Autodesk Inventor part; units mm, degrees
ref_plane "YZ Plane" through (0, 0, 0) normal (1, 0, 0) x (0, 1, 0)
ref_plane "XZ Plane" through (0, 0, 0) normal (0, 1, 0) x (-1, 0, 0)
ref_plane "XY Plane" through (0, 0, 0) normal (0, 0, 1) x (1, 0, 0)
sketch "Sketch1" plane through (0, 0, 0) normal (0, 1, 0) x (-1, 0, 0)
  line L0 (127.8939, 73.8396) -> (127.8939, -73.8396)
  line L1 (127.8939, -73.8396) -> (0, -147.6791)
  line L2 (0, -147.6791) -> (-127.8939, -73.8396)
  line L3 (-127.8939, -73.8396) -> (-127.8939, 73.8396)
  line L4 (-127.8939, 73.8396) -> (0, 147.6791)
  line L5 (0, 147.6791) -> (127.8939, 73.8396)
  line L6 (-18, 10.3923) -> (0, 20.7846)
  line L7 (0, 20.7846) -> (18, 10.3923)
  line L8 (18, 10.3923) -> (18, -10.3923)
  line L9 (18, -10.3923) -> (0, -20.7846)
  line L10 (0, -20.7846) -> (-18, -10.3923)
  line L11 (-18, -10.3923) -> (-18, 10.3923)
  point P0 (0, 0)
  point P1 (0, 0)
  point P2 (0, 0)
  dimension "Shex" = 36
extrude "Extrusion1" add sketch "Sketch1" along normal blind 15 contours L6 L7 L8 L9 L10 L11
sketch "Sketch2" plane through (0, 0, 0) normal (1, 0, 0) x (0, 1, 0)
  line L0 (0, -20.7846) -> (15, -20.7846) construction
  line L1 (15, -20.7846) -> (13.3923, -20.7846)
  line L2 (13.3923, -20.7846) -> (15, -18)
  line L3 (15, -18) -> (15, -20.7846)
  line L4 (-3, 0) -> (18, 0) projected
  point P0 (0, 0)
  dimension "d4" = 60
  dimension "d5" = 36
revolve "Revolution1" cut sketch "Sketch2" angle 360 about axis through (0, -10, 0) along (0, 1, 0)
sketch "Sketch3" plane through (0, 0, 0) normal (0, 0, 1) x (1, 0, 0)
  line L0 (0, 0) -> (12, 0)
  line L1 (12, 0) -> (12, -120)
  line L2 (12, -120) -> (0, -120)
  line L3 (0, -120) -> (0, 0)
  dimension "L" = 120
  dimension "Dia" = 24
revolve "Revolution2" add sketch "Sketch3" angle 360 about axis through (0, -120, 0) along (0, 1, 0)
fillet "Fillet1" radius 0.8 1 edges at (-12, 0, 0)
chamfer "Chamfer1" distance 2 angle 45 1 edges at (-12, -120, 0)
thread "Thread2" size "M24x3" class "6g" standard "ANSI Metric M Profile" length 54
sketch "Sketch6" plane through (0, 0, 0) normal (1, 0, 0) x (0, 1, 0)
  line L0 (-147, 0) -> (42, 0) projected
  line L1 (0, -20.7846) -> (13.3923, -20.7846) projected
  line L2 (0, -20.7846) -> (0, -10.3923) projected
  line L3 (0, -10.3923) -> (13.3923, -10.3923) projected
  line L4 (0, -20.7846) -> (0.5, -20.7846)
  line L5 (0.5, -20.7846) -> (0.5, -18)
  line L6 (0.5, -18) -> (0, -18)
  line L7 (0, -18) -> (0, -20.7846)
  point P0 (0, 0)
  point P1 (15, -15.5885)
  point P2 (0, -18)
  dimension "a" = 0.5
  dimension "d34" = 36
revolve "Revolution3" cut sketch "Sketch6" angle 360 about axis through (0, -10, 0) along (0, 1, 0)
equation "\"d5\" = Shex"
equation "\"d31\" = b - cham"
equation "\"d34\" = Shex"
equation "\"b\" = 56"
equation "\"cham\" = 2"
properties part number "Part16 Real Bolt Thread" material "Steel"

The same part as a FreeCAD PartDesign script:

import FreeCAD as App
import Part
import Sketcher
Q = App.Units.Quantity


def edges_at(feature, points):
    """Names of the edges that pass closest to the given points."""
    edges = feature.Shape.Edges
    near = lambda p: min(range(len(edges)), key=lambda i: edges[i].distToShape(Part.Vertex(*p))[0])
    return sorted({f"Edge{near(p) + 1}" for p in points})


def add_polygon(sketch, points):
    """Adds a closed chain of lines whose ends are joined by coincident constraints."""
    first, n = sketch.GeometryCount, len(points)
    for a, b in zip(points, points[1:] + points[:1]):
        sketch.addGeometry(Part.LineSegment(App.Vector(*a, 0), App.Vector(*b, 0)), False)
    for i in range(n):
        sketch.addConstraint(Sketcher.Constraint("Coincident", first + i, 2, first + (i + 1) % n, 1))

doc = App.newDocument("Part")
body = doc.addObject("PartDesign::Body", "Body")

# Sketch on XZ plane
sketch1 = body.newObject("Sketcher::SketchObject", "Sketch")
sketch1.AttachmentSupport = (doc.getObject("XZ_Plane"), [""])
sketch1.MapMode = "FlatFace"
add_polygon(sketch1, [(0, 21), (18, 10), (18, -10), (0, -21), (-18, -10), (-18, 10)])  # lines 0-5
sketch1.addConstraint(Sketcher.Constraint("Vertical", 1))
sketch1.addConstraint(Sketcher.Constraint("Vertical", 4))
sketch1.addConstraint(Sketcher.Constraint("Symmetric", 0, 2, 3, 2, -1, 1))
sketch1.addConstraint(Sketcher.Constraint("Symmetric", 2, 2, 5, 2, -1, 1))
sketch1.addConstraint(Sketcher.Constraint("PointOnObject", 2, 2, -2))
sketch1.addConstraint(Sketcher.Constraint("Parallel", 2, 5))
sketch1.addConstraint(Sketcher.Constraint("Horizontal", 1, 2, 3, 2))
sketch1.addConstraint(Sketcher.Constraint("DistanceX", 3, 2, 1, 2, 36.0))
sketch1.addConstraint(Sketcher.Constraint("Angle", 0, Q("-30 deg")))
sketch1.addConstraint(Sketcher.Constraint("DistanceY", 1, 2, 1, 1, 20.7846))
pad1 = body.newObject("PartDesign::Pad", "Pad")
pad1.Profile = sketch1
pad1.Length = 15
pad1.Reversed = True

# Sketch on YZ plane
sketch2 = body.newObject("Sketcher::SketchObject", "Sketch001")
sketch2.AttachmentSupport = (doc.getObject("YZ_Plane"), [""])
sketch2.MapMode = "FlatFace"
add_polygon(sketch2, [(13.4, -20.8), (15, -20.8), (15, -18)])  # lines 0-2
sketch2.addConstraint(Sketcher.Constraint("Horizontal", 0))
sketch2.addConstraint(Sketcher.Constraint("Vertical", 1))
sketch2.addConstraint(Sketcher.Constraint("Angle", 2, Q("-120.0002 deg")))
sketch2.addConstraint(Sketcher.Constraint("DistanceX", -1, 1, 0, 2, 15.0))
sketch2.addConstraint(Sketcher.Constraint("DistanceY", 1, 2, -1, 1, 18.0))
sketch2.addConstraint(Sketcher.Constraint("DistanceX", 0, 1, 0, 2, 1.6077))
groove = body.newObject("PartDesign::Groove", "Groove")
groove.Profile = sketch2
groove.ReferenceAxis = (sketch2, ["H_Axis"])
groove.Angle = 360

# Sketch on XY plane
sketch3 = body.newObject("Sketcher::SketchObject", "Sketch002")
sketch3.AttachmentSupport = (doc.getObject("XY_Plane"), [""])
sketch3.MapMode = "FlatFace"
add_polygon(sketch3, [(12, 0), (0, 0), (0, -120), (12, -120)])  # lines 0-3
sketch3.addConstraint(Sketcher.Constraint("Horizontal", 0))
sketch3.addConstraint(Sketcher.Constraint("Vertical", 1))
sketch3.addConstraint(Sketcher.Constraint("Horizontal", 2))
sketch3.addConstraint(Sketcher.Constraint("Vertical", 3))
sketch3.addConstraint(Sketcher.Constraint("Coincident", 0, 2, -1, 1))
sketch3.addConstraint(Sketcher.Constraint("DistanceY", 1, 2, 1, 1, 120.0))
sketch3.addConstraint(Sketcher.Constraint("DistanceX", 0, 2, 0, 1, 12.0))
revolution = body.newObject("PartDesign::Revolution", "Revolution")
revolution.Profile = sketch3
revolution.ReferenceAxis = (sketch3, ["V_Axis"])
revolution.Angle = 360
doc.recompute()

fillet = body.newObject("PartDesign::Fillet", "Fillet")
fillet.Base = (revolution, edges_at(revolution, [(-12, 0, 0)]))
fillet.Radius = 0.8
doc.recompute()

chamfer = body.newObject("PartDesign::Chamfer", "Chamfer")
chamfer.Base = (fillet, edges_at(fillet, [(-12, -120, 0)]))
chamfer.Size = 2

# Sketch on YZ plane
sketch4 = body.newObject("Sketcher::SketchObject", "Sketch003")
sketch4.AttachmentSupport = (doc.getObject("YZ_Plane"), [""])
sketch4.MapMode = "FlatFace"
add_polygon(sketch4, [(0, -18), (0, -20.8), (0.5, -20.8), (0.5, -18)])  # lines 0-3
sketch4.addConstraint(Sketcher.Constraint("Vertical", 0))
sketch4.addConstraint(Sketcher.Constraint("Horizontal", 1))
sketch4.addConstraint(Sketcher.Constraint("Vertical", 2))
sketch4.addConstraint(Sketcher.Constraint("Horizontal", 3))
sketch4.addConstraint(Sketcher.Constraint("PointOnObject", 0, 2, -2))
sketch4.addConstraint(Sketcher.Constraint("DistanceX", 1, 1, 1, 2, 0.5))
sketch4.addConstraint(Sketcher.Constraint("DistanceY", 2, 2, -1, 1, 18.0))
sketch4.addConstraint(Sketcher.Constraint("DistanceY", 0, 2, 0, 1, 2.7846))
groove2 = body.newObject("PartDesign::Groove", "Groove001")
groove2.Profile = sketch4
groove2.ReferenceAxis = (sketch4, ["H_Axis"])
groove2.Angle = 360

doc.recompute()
++++++
### YOUR GOAL
Would you retype exactly the lines above, from the line with "line L5 (0, 147.6791)" to the line with "line L11 (-18, -10.3923) -> (-18, 10.3923)", with both end lines kept and nothing more?

### YOUR SOLUTION
  line L5 (0, 147.6791) -> (127.8939, 73.8396)
  line L6 (-18, 10.3923) -> (0, 20.7846)
  line L7 (0, 20.7846) -> (18, 10.3923)
  line L8 (18, 10.3923) -> (18, -10.3923)
  line L9 (18, -10.3923) -> (0, -20.7846)
  line L10 (0, -20.7846) -> (-18, -10.3923)
  line L11 (-18, -10.3923) -> (-18, 10.3923)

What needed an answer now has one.